Previous research in 2016 showed that 20% of plant species were under threat, but the "State of the World's Plants and Fungi 2020" report, published Wednesday, draws on the work of 210 scientists from 42 countries to reveal the scale of the problem, using improved data and methodology.
"Deforestation rates have soared as we have cleared land to feed ever-more people, global emissions are disrupting the climate system, new pathogens threaten our crops and our health, illegal trade has eradicated entire plant populations, and non-native species are outcompeting local floras," according to the report from RBG Kew, which carries out scientific research into plants and fungi as well as running a renowned botanical garden in west London.
And this is just what we already know about. Researchers say there are huge gaps in our knowledge of plants, and more work is needed to assess the conservation status of more species.
Alexandre Antonelli, Director of Science at RBG Kew, told CNN "it's just a race against time" as we are losing plants faster than we can name them.
"A world without those 40% is not the world we know today," Antonelli said.
While we don't know what the effects of losing them would be, he added, it could be "catastrophic," as we don't understand which species play important roles in particular ecosystems.
"Everything is linked up," Antonelli said.
Among those that we know are under threat are medicinal plants, with demand for naturally derived medicines threatening their survival.

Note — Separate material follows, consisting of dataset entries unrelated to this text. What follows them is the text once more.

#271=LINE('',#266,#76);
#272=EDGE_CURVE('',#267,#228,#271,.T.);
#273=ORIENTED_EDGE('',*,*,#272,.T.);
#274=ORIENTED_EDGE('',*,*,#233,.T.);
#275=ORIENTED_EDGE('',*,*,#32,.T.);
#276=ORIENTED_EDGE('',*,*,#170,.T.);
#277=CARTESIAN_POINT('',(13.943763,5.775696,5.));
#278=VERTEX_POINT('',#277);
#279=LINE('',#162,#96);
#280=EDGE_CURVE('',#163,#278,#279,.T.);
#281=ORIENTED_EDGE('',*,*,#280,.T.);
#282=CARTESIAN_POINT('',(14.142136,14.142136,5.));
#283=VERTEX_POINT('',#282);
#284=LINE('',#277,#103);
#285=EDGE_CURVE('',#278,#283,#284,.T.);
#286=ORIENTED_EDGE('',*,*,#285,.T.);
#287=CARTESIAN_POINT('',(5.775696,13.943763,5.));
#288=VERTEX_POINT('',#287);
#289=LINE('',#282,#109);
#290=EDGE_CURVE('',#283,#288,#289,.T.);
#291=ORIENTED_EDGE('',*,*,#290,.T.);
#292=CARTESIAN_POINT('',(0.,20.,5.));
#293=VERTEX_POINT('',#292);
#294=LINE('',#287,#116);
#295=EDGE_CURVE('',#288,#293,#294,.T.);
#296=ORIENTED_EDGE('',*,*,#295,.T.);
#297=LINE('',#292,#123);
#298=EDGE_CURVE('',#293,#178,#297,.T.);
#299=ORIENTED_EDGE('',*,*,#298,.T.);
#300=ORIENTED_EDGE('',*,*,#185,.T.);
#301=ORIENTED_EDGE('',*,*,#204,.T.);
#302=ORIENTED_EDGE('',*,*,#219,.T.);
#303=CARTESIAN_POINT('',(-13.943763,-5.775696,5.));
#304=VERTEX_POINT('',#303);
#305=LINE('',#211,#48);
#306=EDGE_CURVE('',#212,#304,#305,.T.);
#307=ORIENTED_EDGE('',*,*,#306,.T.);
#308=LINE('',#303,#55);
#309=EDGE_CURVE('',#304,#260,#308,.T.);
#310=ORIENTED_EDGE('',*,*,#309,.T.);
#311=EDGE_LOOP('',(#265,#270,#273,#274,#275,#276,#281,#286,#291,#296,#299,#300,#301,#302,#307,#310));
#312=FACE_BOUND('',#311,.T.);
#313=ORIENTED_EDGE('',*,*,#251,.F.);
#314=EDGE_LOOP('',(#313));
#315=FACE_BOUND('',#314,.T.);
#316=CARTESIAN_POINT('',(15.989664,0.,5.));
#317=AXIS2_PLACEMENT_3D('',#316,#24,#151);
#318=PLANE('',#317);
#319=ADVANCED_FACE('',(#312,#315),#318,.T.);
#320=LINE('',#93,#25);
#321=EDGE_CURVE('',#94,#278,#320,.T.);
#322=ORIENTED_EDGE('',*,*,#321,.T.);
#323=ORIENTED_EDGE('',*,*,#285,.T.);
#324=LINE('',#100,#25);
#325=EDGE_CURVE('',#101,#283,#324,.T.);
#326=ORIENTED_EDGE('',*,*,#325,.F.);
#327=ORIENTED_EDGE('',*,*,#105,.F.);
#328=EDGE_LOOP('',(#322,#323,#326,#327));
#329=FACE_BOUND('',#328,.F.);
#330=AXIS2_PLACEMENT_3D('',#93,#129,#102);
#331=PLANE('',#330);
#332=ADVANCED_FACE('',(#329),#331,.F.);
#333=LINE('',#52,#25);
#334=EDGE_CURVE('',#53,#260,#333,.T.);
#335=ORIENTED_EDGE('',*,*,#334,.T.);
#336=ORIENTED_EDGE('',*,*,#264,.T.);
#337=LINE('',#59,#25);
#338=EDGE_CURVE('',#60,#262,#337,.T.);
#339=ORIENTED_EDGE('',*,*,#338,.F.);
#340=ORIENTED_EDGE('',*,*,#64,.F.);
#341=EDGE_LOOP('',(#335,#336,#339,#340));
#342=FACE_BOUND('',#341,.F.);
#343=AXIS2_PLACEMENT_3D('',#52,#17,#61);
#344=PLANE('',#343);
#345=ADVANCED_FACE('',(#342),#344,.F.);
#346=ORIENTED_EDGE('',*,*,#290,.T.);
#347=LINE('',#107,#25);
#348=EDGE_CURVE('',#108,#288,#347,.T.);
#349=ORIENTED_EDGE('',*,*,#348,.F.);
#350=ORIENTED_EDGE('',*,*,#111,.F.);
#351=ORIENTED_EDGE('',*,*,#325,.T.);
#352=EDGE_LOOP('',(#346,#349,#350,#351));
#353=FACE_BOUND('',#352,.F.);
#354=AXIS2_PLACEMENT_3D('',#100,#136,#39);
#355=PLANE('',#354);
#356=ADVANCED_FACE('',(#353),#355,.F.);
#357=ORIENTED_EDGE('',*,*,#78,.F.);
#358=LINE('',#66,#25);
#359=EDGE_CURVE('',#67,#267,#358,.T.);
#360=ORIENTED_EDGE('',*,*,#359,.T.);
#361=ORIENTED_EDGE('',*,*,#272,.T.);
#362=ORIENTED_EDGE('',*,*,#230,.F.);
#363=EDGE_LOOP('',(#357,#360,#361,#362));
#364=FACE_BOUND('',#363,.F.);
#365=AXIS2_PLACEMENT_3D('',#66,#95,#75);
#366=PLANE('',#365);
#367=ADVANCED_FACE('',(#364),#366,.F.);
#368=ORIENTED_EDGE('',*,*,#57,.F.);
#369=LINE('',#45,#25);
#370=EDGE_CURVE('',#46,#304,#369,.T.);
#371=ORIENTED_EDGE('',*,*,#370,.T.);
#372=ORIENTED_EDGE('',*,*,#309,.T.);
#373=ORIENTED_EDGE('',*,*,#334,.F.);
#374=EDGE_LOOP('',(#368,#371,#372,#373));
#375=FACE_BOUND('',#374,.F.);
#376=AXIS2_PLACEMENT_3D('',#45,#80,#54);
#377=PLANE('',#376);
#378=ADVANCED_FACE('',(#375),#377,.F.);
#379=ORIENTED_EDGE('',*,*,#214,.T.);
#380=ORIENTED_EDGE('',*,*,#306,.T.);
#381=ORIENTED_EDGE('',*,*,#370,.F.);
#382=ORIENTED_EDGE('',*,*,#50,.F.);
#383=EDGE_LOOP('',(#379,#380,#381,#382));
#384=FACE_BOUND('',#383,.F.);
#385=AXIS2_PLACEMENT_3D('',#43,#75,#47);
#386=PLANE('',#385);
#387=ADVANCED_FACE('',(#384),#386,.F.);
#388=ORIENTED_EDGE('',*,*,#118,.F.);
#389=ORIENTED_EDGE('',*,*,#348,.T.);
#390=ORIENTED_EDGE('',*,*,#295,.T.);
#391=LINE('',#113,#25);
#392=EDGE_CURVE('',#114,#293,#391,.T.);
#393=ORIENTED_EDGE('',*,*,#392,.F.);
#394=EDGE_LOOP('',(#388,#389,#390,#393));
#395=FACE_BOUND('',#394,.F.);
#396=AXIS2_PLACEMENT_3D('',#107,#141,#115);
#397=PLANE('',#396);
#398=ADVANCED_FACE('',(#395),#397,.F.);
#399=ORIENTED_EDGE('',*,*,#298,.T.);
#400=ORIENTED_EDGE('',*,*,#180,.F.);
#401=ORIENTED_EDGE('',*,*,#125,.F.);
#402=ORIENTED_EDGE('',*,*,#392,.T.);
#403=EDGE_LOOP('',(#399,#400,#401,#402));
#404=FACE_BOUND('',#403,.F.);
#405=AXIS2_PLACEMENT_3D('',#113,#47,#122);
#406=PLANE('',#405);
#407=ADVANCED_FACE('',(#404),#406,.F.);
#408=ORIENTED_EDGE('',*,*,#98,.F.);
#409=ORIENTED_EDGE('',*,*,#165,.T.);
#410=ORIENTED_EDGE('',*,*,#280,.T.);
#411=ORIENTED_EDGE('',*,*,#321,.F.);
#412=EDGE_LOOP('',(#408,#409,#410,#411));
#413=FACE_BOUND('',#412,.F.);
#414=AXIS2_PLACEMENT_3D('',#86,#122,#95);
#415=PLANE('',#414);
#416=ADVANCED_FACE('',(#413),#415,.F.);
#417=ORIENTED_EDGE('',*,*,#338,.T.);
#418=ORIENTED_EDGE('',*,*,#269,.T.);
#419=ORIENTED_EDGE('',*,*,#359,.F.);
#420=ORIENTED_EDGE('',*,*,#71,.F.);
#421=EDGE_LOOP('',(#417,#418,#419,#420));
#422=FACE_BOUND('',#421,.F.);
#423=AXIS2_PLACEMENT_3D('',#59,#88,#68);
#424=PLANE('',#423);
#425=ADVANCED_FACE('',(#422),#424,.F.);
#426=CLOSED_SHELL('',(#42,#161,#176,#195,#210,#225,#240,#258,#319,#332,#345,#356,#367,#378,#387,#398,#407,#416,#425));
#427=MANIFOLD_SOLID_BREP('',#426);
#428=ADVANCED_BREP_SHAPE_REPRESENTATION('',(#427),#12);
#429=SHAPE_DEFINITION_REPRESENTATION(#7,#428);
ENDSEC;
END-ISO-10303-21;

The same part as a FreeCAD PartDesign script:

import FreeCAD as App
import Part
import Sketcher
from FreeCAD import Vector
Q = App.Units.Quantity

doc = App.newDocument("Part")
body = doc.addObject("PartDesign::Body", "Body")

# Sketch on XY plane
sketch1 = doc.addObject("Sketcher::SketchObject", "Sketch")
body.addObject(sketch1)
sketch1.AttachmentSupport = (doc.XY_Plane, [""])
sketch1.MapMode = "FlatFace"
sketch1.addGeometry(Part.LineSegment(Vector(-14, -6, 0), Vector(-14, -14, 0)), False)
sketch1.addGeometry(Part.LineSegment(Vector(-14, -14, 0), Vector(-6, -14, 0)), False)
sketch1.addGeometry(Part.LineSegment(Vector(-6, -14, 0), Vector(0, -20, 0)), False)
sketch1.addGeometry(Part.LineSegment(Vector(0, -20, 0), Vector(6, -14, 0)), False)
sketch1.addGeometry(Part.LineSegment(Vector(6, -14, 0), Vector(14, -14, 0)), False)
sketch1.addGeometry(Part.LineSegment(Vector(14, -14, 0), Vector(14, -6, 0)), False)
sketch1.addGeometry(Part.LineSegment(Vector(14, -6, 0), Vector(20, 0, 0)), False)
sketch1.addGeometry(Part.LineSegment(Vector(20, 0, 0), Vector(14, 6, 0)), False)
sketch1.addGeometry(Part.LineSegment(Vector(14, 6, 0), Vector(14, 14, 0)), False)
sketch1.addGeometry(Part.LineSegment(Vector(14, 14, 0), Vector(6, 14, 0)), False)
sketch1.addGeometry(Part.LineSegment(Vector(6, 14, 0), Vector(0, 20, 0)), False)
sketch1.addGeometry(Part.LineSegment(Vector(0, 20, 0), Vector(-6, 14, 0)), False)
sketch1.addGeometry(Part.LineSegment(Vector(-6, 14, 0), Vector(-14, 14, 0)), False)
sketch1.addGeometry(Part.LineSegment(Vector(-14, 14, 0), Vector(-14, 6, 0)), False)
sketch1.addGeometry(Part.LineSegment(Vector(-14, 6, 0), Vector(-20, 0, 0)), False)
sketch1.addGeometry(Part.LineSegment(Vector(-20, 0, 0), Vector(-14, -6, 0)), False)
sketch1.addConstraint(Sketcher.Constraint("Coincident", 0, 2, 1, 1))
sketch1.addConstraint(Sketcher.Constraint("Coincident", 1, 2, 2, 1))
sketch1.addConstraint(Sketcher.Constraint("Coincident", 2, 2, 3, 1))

Some 5,411 medicinal plants were assessed in the study, and 723 are threatened.
Researchers say increased demand for herbal medicines is being driven a greater prevalence of certain chronic illnesses and the quest for new treatments.
While some medicinal plants are suffering overexploitation, Antonelli was keen to emphasize just how much plants and fungi have to offer.
The report recommends more funding for projects to find, name and conserve species that could provide solutions to some of humanity's biggest problems, such as food insecurity and climate change, before they go extinct.
For example, humans rely on just 15 plants to serve 90% of our food needs, adding to the problem of malnutrition and leaving us vulnerable to climate change, but scientists at Kew have identified 7,039 plant species that could be used as food.
"Harnessing this basket of untapped resources for making food and production systems more diverse and resilient to change, should be our moral duty to current and future generations," said Stefano Padulosi, former Senior Scientist at the Alliance of Biodiversity International and the International Center for Tropical Agriculture, who co-authored the food chapter of the report.
The situation is similar when it comes to producing energy. As things stand, we use six crops -- maize, sugarcane, soybean, palm oil, rapeseed and wheat -- to make 80% of global biofuel.
However, researchers have identified 2,500 plants that could be used to produce energy -- potentially a major boon for the 840 million people whom they estimate currently have no access to electricity.
"International collaboration can help us to identify the plants and fungi that will make clean, sustainable energy accessible to everyone," said contributor Mary Suzan Abbo, managing director of the Centre for Research in Energy and Energy Conservation at Makerere University, Uganda, who said the approach could be used to cut down on unsustainable use of wood and charcoal.
The report also describes a slew of species that have been identified recently, including two new relatives of cassava from Brazil, which experts say could future-proof the food crop by making it pest- or disease-resistant.
Developments like this are less likely as we lose more species, and Antonelli believes consumers need to make more sustainable choices while holding political leaders to account on policy.
"We really have to grasp the problem," he said, underlining that international cooperation will be key to reducing the threat and harnessing all that plants and fungi can do to help humanity.